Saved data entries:
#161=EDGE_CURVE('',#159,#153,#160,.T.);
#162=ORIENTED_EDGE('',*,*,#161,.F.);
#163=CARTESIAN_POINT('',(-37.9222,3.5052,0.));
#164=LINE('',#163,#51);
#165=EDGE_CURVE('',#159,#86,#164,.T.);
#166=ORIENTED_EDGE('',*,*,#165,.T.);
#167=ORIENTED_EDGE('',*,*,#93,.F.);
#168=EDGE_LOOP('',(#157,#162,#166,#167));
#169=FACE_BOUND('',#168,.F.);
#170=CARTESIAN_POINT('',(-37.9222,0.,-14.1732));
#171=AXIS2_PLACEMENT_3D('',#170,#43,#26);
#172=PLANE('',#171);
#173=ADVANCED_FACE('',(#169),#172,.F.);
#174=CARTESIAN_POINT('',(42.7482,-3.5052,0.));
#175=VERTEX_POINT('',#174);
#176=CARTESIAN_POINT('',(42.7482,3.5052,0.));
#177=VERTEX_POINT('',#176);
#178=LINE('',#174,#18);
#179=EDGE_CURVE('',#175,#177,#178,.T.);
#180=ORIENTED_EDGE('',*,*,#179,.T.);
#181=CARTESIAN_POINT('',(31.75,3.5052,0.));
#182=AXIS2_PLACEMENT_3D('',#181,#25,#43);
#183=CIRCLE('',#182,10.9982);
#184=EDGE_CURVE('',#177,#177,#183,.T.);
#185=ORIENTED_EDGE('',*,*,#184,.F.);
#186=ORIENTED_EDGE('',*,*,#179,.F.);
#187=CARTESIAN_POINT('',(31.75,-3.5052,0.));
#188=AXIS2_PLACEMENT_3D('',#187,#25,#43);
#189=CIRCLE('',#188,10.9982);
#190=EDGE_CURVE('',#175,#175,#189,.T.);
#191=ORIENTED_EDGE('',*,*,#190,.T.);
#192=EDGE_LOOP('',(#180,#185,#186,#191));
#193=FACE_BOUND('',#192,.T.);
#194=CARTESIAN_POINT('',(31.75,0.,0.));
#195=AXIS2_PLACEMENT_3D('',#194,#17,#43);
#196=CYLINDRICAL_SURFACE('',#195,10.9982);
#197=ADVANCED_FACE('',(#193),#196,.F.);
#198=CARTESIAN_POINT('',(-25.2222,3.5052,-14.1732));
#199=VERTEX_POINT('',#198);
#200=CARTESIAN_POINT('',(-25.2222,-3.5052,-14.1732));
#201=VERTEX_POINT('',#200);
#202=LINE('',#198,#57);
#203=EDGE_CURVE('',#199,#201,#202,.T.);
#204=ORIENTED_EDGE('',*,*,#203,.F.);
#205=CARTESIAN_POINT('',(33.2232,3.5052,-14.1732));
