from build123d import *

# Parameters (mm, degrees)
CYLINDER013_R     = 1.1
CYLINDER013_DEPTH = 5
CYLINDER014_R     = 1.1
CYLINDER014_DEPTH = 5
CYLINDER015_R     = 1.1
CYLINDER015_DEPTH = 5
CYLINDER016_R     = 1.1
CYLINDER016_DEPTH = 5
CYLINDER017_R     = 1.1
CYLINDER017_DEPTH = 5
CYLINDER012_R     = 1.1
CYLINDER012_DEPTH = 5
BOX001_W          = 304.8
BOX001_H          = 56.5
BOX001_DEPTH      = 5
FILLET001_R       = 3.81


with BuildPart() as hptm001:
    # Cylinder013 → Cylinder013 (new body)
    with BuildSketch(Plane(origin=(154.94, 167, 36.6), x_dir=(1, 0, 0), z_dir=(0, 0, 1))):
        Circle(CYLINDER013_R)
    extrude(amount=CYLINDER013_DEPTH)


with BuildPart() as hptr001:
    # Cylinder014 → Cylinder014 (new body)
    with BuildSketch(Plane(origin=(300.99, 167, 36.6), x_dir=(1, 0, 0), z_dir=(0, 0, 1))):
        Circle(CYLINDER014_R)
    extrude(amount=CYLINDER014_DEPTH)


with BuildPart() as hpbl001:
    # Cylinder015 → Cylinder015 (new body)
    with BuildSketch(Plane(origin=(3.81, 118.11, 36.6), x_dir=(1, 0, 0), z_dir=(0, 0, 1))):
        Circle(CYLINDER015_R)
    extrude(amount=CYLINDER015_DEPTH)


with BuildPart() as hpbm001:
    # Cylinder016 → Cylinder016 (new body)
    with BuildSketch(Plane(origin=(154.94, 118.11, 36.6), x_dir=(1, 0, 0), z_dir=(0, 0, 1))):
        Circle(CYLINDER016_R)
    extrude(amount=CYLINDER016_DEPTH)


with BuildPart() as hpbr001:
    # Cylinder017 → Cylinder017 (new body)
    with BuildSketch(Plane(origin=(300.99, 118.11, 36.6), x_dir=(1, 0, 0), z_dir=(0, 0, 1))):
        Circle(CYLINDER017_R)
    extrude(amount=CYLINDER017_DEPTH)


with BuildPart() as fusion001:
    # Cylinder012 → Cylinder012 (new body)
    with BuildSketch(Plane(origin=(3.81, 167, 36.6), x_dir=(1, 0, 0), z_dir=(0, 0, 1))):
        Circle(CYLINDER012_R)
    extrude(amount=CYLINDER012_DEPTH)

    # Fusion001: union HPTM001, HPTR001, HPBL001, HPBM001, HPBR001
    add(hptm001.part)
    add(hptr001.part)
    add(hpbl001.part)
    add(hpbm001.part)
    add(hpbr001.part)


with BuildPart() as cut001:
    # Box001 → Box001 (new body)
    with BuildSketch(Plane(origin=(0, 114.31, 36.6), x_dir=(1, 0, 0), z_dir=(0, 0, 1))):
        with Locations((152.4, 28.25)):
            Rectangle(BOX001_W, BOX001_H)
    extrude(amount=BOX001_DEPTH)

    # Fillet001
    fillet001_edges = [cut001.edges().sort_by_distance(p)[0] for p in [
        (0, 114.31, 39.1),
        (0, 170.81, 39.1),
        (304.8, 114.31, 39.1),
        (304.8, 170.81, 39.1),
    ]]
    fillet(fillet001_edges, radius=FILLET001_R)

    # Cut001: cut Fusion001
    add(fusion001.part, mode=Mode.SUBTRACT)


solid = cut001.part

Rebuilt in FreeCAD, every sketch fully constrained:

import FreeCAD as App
import Part
import Sketcher
Q = App.Units.Quantity


def edges_at(feature, points):
    """Names of the edges that pass closest to the given points."""
    edges = feature.Shape.Edges
    near = lambda p: min(range(len(edges)), key=lambda i: edges[i].distToShape(Part.Vertex(*p))[0])
    return sorted({f"Edge{near(p) + 1}" for p in points})

doc = App.newDocument("Part")
body = doc.addObject("PartDesign::Body", "Body")

# Sketch on XY plane
sketch1 = body.newObject("Sketcher::SketchObject", "Sketch")
sketch1.AttachmentSupport = (doc.getObject("XY_Plane"), [""])
sketch1.MapMode = "FlatFace"
sketch1.AttachmentOffset = App.Placement(App.Vector(0, 0, 36.6), App.Rotation())
sketch1.addGeometry(Part.Circle(App.Vector(154.94, 167, 0), App.Vector(0, 0, 1), 1.1), False)
sketch1.addConstraint([
    Sketcher.Constraint("Diameter", 0, Q("2.2 mm")),
    Sketcher.Constraint("DistanceY", -1, 1, 0, 3, Q("167 mm")),
    Sketcher.Constraint("DistanceX", -1, 1, 0, 3, Q("154.94 mm")),
])
pad1 = body.newObject("PartDesign::Pad", "Pad")
pad1.Profile = sketch1
pad1.Length = 5
body2 = doc.addObject("PartDesign::Body", "Body001")

# Sketch on XY plane
sketch2 = body2.newObject("Sketcher::SketchObject", "Sketch001")
sketch2.AttachmentSupport = (doc.getObject("XY_Plane001"), [""])
sketch2.MapMode = "FlatFace"
sketch2.AttachmentOffset = App.Placement(App.Vector(0, 0, 36.6), App.Rotation())
sketch2.addGeometry(Part.Circle(App.Vector(300.99, 167, 0), App.Vector(0, 0, 1), 1.1), False)
sketch2.addConstraint([
    Sketcher.Constraint("Diameter", 0, Q("2.2 mm")),
    Sketcher.Constraint("DistanceY", -1, 1, 0, 3, Q("167 mm")),
    Sketcher.Constraint("DistanceX", -1, 1, 0, 3, Q("300.99 mm")),
])
pad2 = body2.newObject("PartDesign::Pad", "Pad001")
pad2.Profile = sketch2
pad2.Length = 5
body3 = doc.addObject("PartDesign::Body", "Body002")

# Sketch on XY plane
sketch3 = body3.newObject("Sketcher::SketchObject", "Sketch002")
sketch3.AttachmentSupport = (doc.getObject("XY_Plane002"), [""])
sketch3.MapMode = "FlatFace"
sketch3.AttachmentOffset = App.Placement(App.Vector(0, 0, 36.6), App.Rotation())
sketch3.addGeometry(Part.Circle(App.Vector(3.81, 118.11, 0), App.Vector(0, 0, 1), 1.1), False)
sketch3.addConstraint([
    Sketcher.Constraint("Diameter", 0, Q("2.2 mm")),
    Sketcher.Constraint("DistanceX", -1, 1, 0, 3, Q("3.81 mm")),
    Sketcher.Constraint("DistanceY", -1, 1, 0, 3, Q("118.11 mm")),
])
pad3 = body3.newObject("PartDesign::Pad", "Pad002")
pad3.Profile = sketch3
pad3.Length = 5
body4 = doc.addObject("PartDesign::Body", "Body003")

# Sketch on XY plane
sketch4 = body4.newObject("Sketcher::SketchObject", "Sketch003")
sketch4.AttachmentSupport = (doc.getObject("XY_Plane003"), [""])
sketch4.MapMode = "FlatFace"
sketch4.AttachmentOffset = App.Placement(App.Vector(0, 0, 36.6), App.Rotation())
sketch4.addGeometry(Part.Circle(App.Vector(154.94, 118.11, 0), App.Vector(0, 0, 1), 1.1), False)
sketch4.addConstraint([
    Sketcher.Constraint("Diameter", 0, Q("2.2 mm")),
    Sketcher.Constraint("DistanceX", -1, 1, 0, 3, Q("154.94 mm")),
    Sketcher.Constraint("DistanceY", -1, 1, 0, 3, Q("118.11 mm")),
])
pad4 = body4.newObject("PartDesign::Pad", "Pad003")
pad4.Profile = sketch4
pad4.Length = 5
body5 = doc.addObject("PartDesign::Body", "Body004")

# Sketch on XY plane
sketch5 = body5.newObject("Sketcher::SketchObject", "Sketch004")
sketch5.AttachmentSupport = (doc.getObject("XY_Plane004"), [""])
sketch5.MapMode = "FlatFace"
sketch5.AttachmentOffset = App.Placement(App.Vector(0, 0, 36.6), App.Rotation())
sketch5.addGeometry(Part.Circle(App.Vector(300.99, 118.11, 0), App.Vector(0, 0, 1), 1.1), False)
sketch5.addConstraint([
    Sketcher.Constraint("Diameter", 0, Q("2.2 mm")),
    Sketcher.Constraint("DistanceX", -1, 1, 0, 3, Q("300.99 mm")),
    Sketcher.Constraint("DistanceY", -1, 1, 0, 3, Q("118.11 mm")),
])
pad5 = body5.newObject("PartDesign::Pad", "Pad004")
pad5.Profile = sketch5
pad5.Length = 5
body6 = doc.addObject("PartDesign::Body", "Body005")
body6.AllowCompound = True

# Sketch on XY plane
sketch6 = body6.newObject("Sketcher::SketchObject", "Sketch005")
sketch6.AttachmentSupport = (doc.getObject("XY_Plane005"), [""])
sketch6.MapMode = "FlatFace"
sketch6.AttachmentOffset = App.Placement(App.Vector(0, 0, 36.6), App.Rotation())
sketch6.addGeometry(Part.Circle(App.Vector(3.81, 167, 0), App.Vector(0, 0, 1), 1.1), False)
sketch6.addConstraint([
    Sketcher.Constraint("Diameter", 0, Q("2.2 mm")),
    Sketcher.Constraint("DistanceY", -1, 1, 0, 3, Q("167 mm")),
    Sketcher.Constraint("DistanceX", -1, 1, 0, 3, Q("3.81 mm")),
])
pad6 = body6.newObject("PartDesign::Pad", "Pad005")
pad6.Profile = sketch6
pad6.Length = 5
doc.recompute()

boolean = body6.newObject("PartDesign::Boolean", "Boolean")
boolean.Type = "Fuse"
boolean.addObjects([body])
doc.recompute()

boolean2 = body6.newObject("PartDesign::Boolean", "Boolean001")
boolean2.Type = "Fuse"
boolean2.addObjects([body2])
doc.recompute()

boolean3 = body6.newObject("PartDesign::Boolean", "Boolean002")
boolean3.Type = "Fuse"
boolean3.addObjects([body3])
doc.recompute()

boolean4 = body6.newObject("PartDesign::Boolean", "Boolean003")
boolean4.Type = "Fuse"
boolean4.addObjects([body4])
doc.recompute()

boolean5 = body6.newObject("PartDesign::Boolean", "Boolean004")
boolean5.Type = "Fuse"
boolean5.addObjects([body5])
body7 = doc.addObject("PartDesign::Body", "Body006")

# Sketch on XY plane
sketch7 = body7.newObject("Sketcher::SketchObject", "Sketch006")
sketch7.AttachmentSupport = (doc.getObject("XY_Plane006"), [""])
sketch7.MapMode = "FlatFace"
sketch7.AttachmentOffset = App.Placement(App.Vector(0, 0, 36.6), App.Rotation())
sketch7.addGeometry([
    Part.LineSegment(App.Vector(0, 170.81, 0), App.Vector(0, 114.31, 0)),
    Part.LineSegment(App.Vector(0, 114.31, 0), App.Vector(304.8, 114.31, 0)),
    Part.LineSegment(App.Vector(304.8, 114.31, 0), App.Vector(304.8, 170.81, 0)),
    Part.LineSegment(App.Vector(304.8, 170.81, 0), App.Vector(0, 170.81, 0)),
], False)
sketch7.addConstraint([
    Sketcher.Constraint("Coincident", 0, 2, 1, 1),
    Sketcher.Constraint("Coincident", 1, 2, 2, 1),
    Sketcher.Constraint("Coincident", 2, 2, 3, 1),
    Sketcher.Constraint("Coincident", 3, 2, 0, 1),
    Sketcher.Constraint("Vertical", 0),
    Sketcher.Constraint("Horizontal", 1),
    Sketcher.Constraint("Vertical", 2),
    Sketcher.Constraint("Horizontal", 3),
    Sketcher.Constraint("PointOnObject", 0, 2, -2),
    Sketcher.Constraint("DistanceX", 1, 1, 1, 2, Q("304.8 mm")),
    Sketcher.Constraint("DistanceY", 0, 2, 0, 1, Q("56.5 mm")),
    Sketcher.Constraint("DistanceY", -1, 1, 0, 2, Q("114.31 mm")),
])
pad7 = body7.newObject("PartDesign::Pad", "Pad006")
pad7.Profile = sketch7
pad7.Length = 5
doc.recompute()

fillet = body7.newObject("PartDesign::Fillet", "Fillet")
fillet.Base = (pad7, edges_at(pad7, [
    (0, 114.31, 39.1),
    (0, 170.81, 39.1),
    (304.8, 114.31, 39.1),
    (304.8, 170.81, 39.1),
]))
fillet.Radius = 3.81
doc.recompute()

boolean6 = body7.newObject("PartDesign::Boolean", "Boolean005")
boolean6.Type = "Cut"
boolean6.addObjects([body6])

doc.recompute()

[Directions for this task] Above are the records; copy exactly the lines from the line with "add(hpbr001.part)" through the line with "# Cut001: cut Fusion001", both included.

[Result below]
    add(hpbr001.part)


with BuildPart() as cut001:
    # Box001 → Box001 (new body)
    with BuildSketch(Plane(origin=(0, 114.31, 36.6), x_dir=(1, 0, 0), z_dir=(0, 0, 1))):
        with Locations((152.4, 28.25)):
            Rectangle(BOX001_W, BOX001_H)
    extrude(amount=BOX001_DEPTH)

    # Fillet001
    fillet001_edges = [cut001.edges().sort_by_distance(p)[0] for p in [
        (0, 114.31, 39.1),
        (0, 170.81, 39.1),
        (304.8, 114.31, 39.1),
        (304.8, 170.81, 39.1),
    ]]
    fillet(fillet001_edges, radius=FILLET001_R)

    # Cut001: cut Fusion001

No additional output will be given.